Remember that spring-ai is still in development.
Please check out these for updates:

- https://docs.spring.io/spring-ai/reference/
- https://github.com/spring-projects/spring-ai
- https://repo.spring.io/ui/native/snapshot/org/springframework/ai/spring-ai/

## Build

```shell
# if you use asdf then set jdk version to 17+
asdf local java corretto-17.0.6.10.1

# Results go into target/spring-ai-vespa-embedding-sample-0.0.1-SNAPSHOT-assembly/
mvn clean package
```

## Runtime Requirements

### Ollama model running locally

Install [ollama](https://ollama.ai/download)

The [default configuration](src/main/resources/vespa.yaml) is using the [mistral llm](https://ollama.ai/library/mistral):
```shell
ollama pull mistral:latest
```

To list your local ollama models:
```shell
ollama list

# For more details on the models do:
curl -s localhost:11434/api/tags | jq .
```

### Vespa

#### Start Vespa cluster

You need to start a Vespa version 8 cluster:

```shell
docker run --detach \
--name vespa \
--hostname vespa-tutorial \
--publish 8080:8080 \
--publish 19071:19071 \
--publish 19092:19092 \
--publish 19050:19050 \
vespaengine/vespa:8
```

Note: the 19050 port is not absolutely necessary, but has a nice
[status page](http://localhost:19050/clustercontroller-status/v1/llm) for the Vespa cluster once you have your Vespa doc-types in place.

#### Deploy application
Install the vespa-cli if needed:
```shell
brew install vespa-cli
```

Run from the root of this repo:
```shell
vespa deploy --wait 300 vespa
```
If you used the above docker command to expose the 19050
port then you can monitor the Cluster status on this page:
http://127.0.0.1:19050/clustercontroller-status/v1/llm

#### Stopping Vespa

To kill (and delete all data from) the Vespa cluster just:
```shell
docker rm -f vespa
```

## Usage

The examples below are using bash scripts to start the
applications as the "normal" way of building a spring-boot application,
with the `spring-boot-maven-plugin` plugin, does not allow you
to have multiple applications.
So I'm using the `maven-assembly-plugin` to build a distribution with start scripts.
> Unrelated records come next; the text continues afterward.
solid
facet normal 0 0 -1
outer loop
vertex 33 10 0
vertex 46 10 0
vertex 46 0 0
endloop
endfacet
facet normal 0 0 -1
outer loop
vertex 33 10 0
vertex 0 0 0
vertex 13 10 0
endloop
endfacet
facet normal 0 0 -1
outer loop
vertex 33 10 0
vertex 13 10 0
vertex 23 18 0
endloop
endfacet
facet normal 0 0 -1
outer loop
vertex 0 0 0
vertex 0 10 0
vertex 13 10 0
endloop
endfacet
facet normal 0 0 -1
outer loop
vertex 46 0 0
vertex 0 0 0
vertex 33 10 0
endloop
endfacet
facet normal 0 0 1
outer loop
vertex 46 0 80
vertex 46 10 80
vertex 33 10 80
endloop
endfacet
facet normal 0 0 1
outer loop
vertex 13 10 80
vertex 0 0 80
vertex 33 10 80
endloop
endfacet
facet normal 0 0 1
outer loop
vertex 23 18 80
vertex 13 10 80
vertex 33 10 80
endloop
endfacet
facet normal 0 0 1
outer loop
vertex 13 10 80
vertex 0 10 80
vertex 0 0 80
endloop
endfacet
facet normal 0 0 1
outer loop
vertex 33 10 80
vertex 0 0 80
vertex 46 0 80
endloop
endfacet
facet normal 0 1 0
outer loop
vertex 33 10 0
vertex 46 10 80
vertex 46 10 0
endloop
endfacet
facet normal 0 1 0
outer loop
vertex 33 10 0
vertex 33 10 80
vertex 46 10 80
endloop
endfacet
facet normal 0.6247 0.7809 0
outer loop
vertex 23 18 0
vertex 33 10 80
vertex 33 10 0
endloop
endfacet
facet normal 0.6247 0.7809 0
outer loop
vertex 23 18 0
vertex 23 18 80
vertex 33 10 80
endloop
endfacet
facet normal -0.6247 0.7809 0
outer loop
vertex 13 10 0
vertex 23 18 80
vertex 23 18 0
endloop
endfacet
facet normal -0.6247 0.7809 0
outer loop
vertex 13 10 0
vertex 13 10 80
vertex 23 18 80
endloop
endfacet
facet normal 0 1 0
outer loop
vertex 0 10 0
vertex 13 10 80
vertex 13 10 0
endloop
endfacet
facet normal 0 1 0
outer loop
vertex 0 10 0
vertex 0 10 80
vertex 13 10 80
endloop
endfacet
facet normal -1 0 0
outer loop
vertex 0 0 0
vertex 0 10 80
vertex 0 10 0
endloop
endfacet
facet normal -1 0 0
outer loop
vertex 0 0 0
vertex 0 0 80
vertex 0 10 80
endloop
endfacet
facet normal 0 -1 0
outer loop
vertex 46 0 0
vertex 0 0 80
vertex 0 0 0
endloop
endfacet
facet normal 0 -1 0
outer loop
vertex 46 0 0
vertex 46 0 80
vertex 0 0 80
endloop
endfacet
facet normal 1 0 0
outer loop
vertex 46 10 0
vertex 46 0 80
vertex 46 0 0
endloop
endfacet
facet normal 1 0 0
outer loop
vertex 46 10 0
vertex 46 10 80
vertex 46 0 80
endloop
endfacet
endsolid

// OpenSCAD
$fn = 32;

// ----------------------------------------------------------------------
// V guide rail: vrib, 46 mm wide
// ----------------------------------------------------------------------

// --- parameters (mm) ---
rail_w = 46;              // rail width, X
base_t = 10;              // base plate thickness
v_depth = 8;              // V feature depth / height
v_half_w = 10;            // half width of the V at the base face
plate_t = 80;             // rail length, Z (the extrusion height)

profile = [[0, 0], [46, 0], [46, 10], [33, 10], [23, 18], [13, 10], [0, 10]];  // primary outline, 7 points, counter clockwise

// --- the one profile operation ---
linear_extrude(height = plate_t) polygon(points = profile);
NOTE: The scripts have only been tested on Linux (Ubuntu 22.04) so your mileage might vary.
You can always start the applications in Intellij, if you use that.
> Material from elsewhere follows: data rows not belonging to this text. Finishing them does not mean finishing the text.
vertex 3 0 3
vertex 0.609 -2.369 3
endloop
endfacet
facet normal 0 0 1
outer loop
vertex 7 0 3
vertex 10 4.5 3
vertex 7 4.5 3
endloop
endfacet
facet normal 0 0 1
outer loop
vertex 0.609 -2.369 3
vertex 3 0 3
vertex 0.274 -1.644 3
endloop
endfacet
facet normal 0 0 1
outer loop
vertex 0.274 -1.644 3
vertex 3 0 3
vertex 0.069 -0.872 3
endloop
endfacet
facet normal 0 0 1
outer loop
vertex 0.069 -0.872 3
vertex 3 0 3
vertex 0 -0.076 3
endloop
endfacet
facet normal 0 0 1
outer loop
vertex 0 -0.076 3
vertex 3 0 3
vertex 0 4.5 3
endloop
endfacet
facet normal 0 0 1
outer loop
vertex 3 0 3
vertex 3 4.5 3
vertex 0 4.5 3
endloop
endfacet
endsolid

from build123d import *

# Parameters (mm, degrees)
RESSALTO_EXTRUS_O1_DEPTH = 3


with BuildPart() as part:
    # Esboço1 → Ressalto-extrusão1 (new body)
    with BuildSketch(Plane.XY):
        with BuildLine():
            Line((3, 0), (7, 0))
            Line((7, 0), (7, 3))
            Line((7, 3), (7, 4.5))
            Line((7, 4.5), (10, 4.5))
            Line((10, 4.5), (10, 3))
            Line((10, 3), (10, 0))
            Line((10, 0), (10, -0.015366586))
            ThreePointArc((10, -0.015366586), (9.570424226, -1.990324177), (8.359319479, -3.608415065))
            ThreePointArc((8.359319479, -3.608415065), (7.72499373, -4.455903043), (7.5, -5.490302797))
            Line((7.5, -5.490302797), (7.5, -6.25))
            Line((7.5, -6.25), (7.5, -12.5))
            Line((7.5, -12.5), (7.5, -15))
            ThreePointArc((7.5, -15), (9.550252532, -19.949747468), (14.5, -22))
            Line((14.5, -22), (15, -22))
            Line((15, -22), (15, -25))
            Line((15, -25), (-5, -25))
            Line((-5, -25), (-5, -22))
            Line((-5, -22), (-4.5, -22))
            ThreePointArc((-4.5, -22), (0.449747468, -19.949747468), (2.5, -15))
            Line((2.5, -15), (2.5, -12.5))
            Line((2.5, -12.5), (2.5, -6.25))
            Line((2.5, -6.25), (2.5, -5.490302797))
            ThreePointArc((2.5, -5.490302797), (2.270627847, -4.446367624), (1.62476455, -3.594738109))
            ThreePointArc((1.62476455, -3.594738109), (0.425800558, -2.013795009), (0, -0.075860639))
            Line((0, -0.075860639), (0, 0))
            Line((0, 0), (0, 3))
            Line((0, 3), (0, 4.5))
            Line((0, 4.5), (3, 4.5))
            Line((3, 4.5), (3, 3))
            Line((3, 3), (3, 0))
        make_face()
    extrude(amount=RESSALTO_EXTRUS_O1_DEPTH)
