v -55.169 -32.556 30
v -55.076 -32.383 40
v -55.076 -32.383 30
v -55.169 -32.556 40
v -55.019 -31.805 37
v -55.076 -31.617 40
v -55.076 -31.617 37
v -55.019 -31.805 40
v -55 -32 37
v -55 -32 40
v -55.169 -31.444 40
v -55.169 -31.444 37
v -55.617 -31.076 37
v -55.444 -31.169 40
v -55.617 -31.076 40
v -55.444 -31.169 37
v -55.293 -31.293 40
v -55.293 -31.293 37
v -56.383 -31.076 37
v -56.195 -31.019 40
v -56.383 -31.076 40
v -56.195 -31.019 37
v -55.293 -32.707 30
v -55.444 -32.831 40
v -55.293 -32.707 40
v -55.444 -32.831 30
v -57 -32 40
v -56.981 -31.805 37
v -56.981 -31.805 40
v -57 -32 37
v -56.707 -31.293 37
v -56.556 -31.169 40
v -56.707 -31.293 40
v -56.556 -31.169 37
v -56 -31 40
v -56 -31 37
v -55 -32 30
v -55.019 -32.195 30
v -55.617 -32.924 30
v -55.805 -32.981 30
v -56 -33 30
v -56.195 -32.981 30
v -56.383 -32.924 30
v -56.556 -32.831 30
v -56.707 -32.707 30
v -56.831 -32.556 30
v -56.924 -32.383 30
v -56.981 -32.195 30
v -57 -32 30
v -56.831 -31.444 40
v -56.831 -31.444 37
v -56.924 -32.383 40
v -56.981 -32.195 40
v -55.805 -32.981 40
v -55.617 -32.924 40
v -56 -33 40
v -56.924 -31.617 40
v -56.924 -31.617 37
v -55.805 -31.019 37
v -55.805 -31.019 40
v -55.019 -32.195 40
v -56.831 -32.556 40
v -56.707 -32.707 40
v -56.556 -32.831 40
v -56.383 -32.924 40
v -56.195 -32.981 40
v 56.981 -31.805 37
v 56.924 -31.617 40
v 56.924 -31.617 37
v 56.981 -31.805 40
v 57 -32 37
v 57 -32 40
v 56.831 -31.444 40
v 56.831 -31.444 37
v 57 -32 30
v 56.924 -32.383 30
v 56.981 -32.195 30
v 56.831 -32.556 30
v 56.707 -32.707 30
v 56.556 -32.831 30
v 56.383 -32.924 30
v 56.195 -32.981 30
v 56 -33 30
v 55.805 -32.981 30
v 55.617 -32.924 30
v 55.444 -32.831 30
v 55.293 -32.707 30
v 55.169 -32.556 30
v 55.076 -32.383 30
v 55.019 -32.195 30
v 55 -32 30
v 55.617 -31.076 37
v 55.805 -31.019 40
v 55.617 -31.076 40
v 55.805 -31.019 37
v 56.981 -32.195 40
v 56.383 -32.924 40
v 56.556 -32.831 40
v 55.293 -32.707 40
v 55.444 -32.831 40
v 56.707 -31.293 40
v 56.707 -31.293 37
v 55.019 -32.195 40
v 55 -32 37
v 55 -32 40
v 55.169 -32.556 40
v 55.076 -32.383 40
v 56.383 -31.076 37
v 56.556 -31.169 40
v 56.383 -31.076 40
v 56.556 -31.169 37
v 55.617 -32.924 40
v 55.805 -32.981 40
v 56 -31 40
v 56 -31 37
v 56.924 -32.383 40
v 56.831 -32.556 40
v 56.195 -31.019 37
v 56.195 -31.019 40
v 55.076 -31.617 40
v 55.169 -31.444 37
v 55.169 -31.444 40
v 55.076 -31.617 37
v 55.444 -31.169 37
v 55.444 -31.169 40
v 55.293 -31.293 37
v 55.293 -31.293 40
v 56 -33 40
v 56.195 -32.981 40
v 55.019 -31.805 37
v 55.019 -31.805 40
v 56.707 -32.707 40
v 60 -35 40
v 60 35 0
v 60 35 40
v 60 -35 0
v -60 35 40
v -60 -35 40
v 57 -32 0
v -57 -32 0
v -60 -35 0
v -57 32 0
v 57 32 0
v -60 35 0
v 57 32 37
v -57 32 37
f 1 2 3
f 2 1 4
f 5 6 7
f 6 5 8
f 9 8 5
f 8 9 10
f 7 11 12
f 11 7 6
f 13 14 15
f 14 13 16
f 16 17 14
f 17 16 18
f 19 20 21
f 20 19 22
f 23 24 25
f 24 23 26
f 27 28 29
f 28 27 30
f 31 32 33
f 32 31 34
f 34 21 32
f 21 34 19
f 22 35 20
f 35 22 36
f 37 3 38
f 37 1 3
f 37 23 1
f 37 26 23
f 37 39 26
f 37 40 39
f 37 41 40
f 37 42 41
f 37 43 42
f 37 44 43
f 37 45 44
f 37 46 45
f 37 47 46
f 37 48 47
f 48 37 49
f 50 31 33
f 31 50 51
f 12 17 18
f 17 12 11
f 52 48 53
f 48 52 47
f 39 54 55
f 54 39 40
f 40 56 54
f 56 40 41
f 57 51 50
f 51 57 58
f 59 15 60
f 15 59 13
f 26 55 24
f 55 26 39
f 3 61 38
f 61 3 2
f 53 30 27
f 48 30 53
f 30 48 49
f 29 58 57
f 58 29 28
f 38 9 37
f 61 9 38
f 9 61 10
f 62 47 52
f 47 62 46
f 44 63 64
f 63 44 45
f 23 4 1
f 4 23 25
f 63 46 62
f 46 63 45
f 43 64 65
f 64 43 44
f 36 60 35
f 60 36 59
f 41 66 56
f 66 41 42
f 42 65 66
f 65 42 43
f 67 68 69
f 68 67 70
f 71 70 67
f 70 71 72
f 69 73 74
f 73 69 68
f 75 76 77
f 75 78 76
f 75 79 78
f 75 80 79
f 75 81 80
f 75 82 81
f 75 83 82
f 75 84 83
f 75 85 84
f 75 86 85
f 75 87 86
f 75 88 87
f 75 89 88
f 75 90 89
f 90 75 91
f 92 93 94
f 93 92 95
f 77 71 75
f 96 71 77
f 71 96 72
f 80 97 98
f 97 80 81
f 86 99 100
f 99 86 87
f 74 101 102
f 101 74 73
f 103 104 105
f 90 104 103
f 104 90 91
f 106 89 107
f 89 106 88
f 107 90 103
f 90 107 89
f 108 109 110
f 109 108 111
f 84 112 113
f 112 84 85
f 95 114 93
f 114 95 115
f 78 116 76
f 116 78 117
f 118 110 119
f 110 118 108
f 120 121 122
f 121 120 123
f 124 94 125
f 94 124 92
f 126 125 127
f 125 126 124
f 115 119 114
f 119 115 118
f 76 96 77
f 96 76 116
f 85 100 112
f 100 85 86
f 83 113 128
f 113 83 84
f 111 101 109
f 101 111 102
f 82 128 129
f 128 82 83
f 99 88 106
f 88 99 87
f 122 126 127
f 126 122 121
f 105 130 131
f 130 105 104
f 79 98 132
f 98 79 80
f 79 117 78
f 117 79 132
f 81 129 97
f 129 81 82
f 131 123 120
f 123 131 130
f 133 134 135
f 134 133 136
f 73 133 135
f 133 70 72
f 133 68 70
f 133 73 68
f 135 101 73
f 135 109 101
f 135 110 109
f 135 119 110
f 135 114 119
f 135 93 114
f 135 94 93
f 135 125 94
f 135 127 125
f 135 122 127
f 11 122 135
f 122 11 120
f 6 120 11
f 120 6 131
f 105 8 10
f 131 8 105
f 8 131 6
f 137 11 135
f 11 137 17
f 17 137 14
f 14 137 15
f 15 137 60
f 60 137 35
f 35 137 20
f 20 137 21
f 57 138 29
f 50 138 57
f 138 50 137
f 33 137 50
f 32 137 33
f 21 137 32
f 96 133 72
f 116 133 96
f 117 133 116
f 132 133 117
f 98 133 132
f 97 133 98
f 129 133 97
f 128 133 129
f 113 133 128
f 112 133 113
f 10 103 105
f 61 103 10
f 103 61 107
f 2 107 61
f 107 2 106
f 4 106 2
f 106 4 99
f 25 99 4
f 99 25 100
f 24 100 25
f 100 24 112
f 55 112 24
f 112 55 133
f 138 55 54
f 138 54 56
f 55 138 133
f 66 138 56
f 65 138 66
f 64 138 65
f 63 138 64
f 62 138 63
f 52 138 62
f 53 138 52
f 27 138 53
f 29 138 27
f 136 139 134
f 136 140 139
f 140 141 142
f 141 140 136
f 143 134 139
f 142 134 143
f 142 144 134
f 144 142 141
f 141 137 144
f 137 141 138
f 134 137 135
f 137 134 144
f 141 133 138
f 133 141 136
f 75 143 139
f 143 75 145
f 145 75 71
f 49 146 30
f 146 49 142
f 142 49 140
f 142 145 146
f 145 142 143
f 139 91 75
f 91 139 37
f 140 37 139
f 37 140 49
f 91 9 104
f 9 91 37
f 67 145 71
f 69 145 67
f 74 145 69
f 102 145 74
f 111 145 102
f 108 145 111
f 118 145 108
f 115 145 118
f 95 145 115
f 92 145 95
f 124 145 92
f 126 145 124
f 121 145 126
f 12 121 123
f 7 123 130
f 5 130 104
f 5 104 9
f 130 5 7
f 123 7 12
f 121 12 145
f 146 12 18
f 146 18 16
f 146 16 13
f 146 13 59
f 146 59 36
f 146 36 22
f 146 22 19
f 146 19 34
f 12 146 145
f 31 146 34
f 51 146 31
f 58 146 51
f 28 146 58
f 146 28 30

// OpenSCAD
// Mini horizontal gel-electrophoresis buffer tank.
// Outer dimensions: 120mm (X) x 70mm (Y) x 40mm (Z).
// Wall thickness: 3mm. Floor thickness: 3mm.
// Internal platform: 60mm long (X), full width (Y), 10mm high above inner floor.
// Electrode holes: 2mm diameter, horizontal along Y, at ends (X=±), z=30.

$fn = 64;

// Outer dimensions
X_OUT = 120;
Y_OUT = 70;
Z_OUT = 40;

// Thicknesses
wall_thick = 3;
floor_thick = 3;

// Derived inner dimensions
X_IN  = X_OUT - 2 * wall_thick;
Y_IN  = Y_OUT - 2 * wall_thick;
Z_IN  = Z_OUT - floor_thick; // Open top, so Z height is just Z_OUT

// Platform dimensions
plat_len = 60;
plat_w   = Y_IN;
plat_h   = 10; // Height above inner floor

// Electrode hole specs
hole_d   = 2;
hole_z   = 30;

// Build the tank body (hollow box with floor)
// We build the outer shell and subtract the inner void.
// The inner void is split by the platform.

difference() {
    // 1. The solid outer block
    translate([-X_OUT/2, -Y_OUT/2, 0]) 
        cube([X_OUT, Y_OUT, Z_OUT]);

    // 2. The inner void (everything inside the walls)
    // We define the void as a union of two parts: the bottom chamber and the top chamber.
    // Bottom chamber: From z=0 to z=plat_h.
    // Top chamber: From z=plat_h to z=Z_IN.
    
    // Bottom void part (under the platform)
    translate([-X_IN/2, -Y_IN/2, 0]) 
        cube([X_IN, Y_IN, plat_h]);

    // Top void part (above the platform)
    translate([-X_IN/2, -Y_IN/2, plat_h]) 
        cube([X_IN, Y_IN, Z_IN - plat_h]);

    // 3. The platform itself (solid block inside the void)
    // Positioned at X = 0, Y = -Y_IN/2 to Y_IN/2, Z = plat_h to plat_h + plat_h
    translate([-plat_len/2, -plat_w/2, plat_h]) 
        cube([plat_len, plat_w, plat_h]);

    // 4. Electrode holes
    // Two holes, one at each end (X = +/- X_IN/2), centered in Y (y=0), at z=hole_z.
    // The hole is a cylinder along the Y axis (spanning the width of the tank).
    for (x_pos = [-1, 1]) {
        translate([x_pos * (X_IN/2 - hole_d/2), -Y_IN/2, hole_z]) 
            cylinder(h = Y_IN, d = hole_d, $fn = 32);
    }
}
### Populate Vespa with your favorite news

```shell
./target/spring-ai-vespa-embedding-sample-0.0.1-SNAPSHOT-assembly/bin/populate-vespa-cluster.sh \
http://www.svt.se/nyheter/rss.xml
```

### Start the RAG-Service

```shell
./target/spring-ai-vespa-embedding-sample-0.0.1-SNAPSHOT-assembly/bin/rag-service.sh
```

Once the service is up and running then you can ask a question:

```shell
curl localhost:8082/ask \
-H "Content-type: application/json" \
-d '{"question": "What are the top 5 news?"}'
```

## Configuration

### Vespa

If you need to change the vespa config please make sure that your
[vespa.yaml](src/main/resources/vespa.yaml) config aligns
with the [vespa schema](vespa/schemas/embeddings.sd) deployed

### Ollama

If you need to change the ollama config please make sure
your [application.properties](src/main/resources/application.properties)
align with your downloaded model (`ollama list`)

## Misc

The image above is created using [PlantUML](https://plantuml.com/command-line)
from the [spring-ai-vespa-embedding-sample.puml](spring-ai-vespa-embedding-sample.puml) file.